Save Water

Reader Contribution by Sara Krug

According to the National Drought Mitigation Center, “drought is a protracted period of deficient precipitation resulting in extensive damage to crops, resulting in loss of yield.”  47 percent of the continental U.S. is currently experiencing at least moderate drought conditions.  The community in which I live has gone to the strictest water restriction level in an effort to conserve as much water as possible.  No outdoor water use is allowed unless the homeowner has a private well.  Earlier this fall the city council made the decision as to who would shut off the pumps when the water in the city’s wells got too low.  Thankfully that time did not arrive.  Even though our home is supplied by rural water and the farm is on a well, we are involved within the community and the desperate water situation has reached all of us no matter the source in which we pull our water.  In an effort to conserve this precious resource many residents have been ingeniously implementing water saving techniques.  One of the most detailed attempts a local homeowner did was to tap into the shower drain, run the pipe through the outside brick wall and empty into a tank.  He then uses it to water outside.  I am clearly impressed by his ingenuity, but am wondering about the chemical effects on his plants.  Perhaps he uses biodegradable soap.  The most popular effort is to collect rain water in rain barrels.  The local watershed is selling 55 gallon plastic drums turned rain barrel for $20 apiece.  The drums originally contained syrup for making cola.  They are simply cleaned and a great way to reuse materials.  These rain barrels may not be adequate in holding the load coming from your roof.  Consider the following: 

  • The typical roof area of a house is between 1200-2000 square feet.
  • That’s 750 – 1250 gallons of water that runs off each time we have 1 inch of rain!
  • To calculate the potential harvesting amount of water from a roof, take the area times 0.623.  This will give you the amount for   1 inch of rain.  Source:  K-State Research and Extension

A larger option is a 250 gallon cube found around many farms, the one in which Roundup is contained.  After a sufficient cleaning
these can be used safely.

Outdoors, it is important to plant with natives whenever possible due to their ability withstand your region’s conditions.  Once planted it is beneficial to mulch which holds in moisture. Now it is time to water with the rain captured in your barrel.  A slow and steady stream will allow for filtration and discourage runoff.

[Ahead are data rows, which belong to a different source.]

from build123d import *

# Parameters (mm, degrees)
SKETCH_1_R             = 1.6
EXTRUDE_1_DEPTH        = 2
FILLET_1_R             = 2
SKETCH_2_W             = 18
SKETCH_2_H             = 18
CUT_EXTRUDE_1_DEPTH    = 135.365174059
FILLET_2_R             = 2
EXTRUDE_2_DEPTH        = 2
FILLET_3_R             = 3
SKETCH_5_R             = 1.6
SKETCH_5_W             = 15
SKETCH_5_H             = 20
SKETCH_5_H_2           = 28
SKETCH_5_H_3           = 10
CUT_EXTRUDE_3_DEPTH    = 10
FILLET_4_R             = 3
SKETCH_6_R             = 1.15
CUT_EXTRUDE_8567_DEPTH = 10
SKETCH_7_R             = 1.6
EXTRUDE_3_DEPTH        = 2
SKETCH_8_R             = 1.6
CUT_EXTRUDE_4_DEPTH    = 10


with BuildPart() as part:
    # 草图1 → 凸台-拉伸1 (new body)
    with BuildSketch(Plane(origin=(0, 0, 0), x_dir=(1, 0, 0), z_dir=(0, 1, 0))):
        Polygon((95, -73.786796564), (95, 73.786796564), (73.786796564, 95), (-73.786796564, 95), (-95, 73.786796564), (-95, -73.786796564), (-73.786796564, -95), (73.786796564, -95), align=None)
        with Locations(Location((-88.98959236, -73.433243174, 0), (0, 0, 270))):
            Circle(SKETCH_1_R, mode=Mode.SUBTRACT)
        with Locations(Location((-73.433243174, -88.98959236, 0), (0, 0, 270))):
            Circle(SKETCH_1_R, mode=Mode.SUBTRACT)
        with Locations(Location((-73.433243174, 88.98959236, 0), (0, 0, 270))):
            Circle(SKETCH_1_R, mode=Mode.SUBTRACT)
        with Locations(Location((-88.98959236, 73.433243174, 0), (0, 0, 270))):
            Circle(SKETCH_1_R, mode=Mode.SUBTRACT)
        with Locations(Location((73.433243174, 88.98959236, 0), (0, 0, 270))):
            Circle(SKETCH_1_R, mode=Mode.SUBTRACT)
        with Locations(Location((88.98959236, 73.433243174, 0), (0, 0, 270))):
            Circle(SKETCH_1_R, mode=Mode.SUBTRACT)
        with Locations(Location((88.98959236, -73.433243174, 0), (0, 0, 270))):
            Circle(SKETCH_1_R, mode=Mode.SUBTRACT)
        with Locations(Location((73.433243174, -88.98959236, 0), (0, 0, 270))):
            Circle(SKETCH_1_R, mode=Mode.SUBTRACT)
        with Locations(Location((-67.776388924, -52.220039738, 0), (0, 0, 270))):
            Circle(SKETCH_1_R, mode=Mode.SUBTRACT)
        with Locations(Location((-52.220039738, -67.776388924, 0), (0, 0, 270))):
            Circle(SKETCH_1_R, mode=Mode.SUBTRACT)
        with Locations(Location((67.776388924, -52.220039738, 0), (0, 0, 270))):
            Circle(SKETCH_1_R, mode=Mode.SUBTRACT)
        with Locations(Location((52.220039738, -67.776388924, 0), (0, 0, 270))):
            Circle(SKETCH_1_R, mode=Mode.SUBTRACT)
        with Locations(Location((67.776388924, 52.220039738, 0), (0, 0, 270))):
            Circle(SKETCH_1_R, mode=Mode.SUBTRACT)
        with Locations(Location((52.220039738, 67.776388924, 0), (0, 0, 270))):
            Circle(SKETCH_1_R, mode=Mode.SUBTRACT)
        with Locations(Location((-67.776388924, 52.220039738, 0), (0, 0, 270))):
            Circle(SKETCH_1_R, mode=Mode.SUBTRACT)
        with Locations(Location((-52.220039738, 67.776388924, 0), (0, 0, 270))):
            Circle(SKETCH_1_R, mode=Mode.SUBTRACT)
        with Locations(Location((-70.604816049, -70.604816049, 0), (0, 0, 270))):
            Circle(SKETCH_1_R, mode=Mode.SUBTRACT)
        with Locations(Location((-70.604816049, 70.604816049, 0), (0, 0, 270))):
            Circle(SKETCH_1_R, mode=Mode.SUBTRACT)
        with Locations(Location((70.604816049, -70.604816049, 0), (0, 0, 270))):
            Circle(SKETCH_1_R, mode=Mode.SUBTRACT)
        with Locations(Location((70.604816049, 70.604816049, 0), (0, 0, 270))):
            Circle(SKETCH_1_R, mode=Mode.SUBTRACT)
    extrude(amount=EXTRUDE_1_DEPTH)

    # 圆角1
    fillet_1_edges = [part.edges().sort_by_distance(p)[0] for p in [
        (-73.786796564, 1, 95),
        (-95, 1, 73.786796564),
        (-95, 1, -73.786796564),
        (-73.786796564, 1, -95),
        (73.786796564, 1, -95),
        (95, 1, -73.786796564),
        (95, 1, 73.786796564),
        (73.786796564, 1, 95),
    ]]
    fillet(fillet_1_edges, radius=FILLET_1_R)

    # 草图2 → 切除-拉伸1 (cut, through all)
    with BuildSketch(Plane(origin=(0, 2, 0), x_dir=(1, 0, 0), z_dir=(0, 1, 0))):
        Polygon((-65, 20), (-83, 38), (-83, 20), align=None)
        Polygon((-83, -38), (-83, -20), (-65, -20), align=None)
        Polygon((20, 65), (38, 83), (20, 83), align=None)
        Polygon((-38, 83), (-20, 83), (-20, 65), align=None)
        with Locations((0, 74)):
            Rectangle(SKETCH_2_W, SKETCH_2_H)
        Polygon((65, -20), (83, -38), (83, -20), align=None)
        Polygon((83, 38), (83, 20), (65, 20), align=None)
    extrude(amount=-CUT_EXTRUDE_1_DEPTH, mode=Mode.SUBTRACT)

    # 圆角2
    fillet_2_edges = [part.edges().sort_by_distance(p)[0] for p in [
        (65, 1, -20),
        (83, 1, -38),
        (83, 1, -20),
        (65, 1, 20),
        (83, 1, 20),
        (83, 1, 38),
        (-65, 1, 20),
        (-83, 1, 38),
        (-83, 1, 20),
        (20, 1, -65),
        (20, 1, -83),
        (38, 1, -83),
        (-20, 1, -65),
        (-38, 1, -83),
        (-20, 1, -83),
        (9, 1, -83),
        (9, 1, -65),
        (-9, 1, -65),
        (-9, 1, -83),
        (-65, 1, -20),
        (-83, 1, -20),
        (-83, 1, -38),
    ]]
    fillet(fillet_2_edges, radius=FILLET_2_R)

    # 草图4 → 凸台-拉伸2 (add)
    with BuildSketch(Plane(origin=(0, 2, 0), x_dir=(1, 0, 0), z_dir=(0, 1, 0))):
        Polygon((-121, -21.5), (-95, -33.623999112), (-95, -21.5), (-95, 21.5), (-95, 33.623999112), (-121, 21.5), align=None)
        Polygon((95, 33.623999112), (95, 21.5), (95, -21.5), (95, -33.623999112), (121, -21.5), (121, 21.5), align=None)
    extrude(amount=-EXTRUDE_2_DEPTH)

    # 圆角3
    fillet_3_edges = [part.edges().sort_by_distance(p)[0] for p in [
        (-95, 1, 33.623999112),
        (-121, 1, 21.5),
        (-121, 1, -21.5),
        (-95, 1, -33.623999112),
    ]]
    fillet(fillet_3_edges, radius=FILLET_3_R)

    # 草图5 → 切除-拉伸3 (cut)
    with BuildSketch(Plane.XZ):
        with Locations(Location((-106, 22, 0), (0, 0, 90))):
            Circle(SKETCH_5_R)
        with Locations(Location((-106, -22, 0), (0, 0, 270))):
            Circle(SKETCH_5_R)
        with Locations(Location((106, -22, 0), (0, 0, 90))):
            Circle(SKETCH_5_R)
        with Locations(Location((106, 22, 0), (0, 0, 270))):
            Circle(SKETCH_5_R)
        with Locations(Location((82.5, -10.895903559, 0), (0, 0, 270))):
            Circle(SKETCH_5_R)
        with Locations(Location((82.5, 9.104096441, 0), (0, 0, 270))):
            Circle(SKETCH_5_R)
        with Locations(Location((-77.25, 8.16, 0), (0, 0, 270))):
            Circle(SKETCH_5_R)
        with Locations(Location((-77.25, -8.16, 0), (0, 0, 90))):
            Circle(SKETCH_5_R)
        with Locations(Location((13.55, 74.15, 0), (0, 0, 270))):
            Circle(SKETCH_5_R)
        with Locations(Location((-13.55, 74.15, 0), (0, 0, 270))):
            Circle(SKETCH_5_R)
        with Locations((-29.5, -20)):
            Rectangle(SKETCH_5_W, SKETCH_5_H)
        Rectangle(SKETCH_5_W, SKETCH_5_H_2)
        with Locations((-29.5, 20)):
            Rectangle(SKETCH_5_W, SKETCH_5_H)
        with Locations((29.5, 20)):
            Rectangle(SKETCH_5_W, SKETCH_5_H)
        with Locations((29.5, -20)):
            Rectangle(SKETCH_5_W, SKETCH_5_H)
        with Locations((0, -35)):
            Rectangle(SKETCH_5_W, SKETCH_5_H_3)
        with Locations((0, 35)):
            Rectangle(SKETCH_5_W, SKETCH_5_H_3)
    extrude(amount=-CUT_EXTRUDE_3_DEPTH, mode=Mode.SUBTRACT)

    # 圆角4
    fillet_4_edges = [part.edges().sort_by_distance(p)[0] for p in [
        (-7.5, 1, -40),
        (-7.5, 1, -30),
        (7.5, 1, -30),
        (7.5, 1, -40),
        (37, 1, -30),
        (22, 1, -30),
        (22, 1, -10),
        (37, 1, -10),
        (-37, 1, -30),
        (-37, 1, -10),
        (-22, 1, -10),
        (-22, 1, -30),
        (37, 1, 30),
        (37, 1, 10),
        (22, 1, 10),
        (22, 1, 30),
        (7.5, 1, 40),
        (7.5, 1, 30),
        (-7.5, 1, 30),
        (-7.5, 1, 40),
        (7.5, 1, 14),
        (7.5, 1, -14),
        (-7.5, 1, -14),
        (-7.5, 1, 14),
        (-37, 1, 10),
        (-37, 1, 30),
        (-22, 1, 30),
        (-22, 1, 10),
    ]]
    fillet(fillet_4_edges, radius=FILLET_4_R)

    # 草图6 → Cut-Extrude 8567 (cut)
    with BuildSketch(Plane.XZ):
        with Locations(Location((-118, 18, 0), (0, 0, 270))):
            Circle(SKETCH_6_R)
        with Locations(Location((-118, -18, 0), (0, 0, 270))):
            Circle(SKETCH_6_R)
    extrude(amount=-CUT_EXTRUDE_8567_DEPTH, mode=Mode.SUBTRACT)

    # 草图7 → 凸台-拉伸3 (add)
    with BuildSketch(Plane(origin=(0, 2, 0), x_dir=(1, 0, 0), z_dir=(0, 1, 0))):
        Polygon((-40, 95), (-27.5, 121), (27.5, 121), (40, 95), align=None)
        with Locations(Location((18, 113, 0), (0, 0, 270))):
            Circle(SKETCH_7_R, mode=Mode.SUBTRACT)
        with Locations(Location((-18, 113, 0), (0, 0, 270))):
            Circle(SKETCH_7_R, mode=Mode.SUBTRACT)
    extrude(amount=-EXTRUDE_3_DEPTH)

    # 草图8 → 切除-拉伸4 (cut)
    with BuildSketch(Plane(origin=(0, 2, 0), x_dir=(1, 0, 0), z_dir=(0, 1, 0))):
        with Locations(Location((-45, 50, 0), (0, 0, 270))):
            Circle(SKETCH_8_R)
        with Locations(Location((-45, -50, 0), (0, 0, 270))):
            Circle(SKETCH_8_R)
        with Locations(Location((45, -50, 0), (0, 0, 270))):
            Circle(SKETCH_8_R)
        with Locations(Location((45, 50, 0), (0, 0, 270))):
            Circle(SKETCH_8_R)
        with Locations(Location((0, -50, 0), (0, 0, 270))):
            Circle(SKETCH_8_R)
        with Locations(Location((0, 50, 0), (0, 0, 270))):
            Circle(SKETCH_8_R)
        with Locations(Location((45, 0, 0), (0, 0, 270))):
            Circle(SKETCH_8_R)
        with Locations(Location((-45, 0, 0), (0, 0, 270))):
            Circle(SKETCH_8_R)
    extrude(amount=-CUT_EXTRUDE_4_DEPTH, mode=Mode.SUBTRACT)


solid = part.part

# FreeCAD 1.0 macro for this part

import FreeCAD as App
import Part
import Sketcher

V = App.Vector
Q = App.Units.Quantity


def edges_at(feature, points):
    """Names of the edges that pass closest to the given points."""
    edges = feature.Shape.Edges
    near = lambda p: min(range(len(edges)), key=lambda i: edges[i].distToShape(Part.Vertex(*p))[0])
    return sorted({f"Edge{near(p) + 1}" for p in points})

doc = App.newDocument("Part")
body = doc.addObject("PartDesign::Body", "Body")

sketch1 = body.newObject("Sketcher::SketchObject", "Sketch")
sketch1.AttachmentSupport = (doc.getObject("XZ_Plane"), [""])
sketch1.MapMode = "FlatFace"
sketch1.addGeometry([
    Part.LineSegment(V(95, 73.8, 0), V(95, -73.8, 0)),
    Part.LineSegment(V(95, -73.8, 0), V(73.8, -95, 0)),
    Part.LineSegment(V(73.8, -95, 0), V(-73.8, -95, 0)),
    Part.LineSegment(V(-73.8, -95, 0), V(-95, -73.8, 0)),
    Part.LineSegment(V(-95, -73.8, 0), V(-95, 73.8, 0)),
    Part.LineSegment(V(-95, 73.8, 0), V(-73.8, 95, 0)),
    Part.LineSegment(V(-73.8, 95, 0), V(73.8, 95, 0)),
    Part.LineSegment(V(73.8, 95, 0), V(95, 73.8, 0)),
    Part.Circle(V(-73.4, 89, 0), V(0, 0, 1), 1.6),
    Part.Circle(V(-89, 73.4, 0), V(0, 0, 1), 1.6),
    Part.Circle(V(-70.6, 70.6, 0), V(0, 0, 1), 1.6),
    Part.Circle(V(-52.2, 67.8, 0), V(0, 0, 1), 1.6),
    Part.Circle(V(-67.8, 52.2, 0), V(0, 0, 1), 1.6),
    Part.Circle(V(73.4, 89, 0), V(0, 0, 1), 1.6),
    Part.Circle(V(70.6, 70.6, 0), V(0, 0, 1), 1.6),
    Part.Circle(V(89, 73.4, 0), V(0, 0, 1), 1.6),
    Part.Circle(V(52.2, 67.8, 0), V(0, 0, 1), 1.6),
    Part.Circle(V(67.8, 52.2, 0), V(0, 0, 1), 1.6),
    Part.Circle(V(-67.8, -52.2, 0), V(0, 0, 1), 1.6),
    Part.Circle(V(-52.2, -67.8, 0), V(0, 0, 1), 1.6),
    Part.Circle(V(-89, -73.4, 0), V(0, 0, 1), 1.6),
    Part.Circle(V(-70.6, -70.6, 0), V(0, 0, 1), 1.6),
    Part.Circle(V(-73.4, -89, 0), V(0, 0, 1), 1.6),
    Part.Circle(V(67.8, -52.2, 0), V(0, 0, 1), 1.6),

A few ways to save water in the bathroom are shutting the water off while brushing teeth and scrubbing hands, or placing a bucket in the show to catch water as it warms.  A shower timer can prompt a quicker shower.  A small investment in a low flow toilet or showerhead will cut water use and your water bill.  As for the kitchen, run the full high efficiency dishwasher instead of hand washing the dishes.

Many of these water saving tips are not new.  Past generations incorporated such practices in their daily lives out of necessity.  That time has come around again.  So often as resources are plentiful we become indulgent.  Guilty as charged.  I am working to implement many of these practices into my life as I look to my children’s future.  What better way to start than at home on the farm.  Our love for the land and lineage of stewardship can be an example to our communities.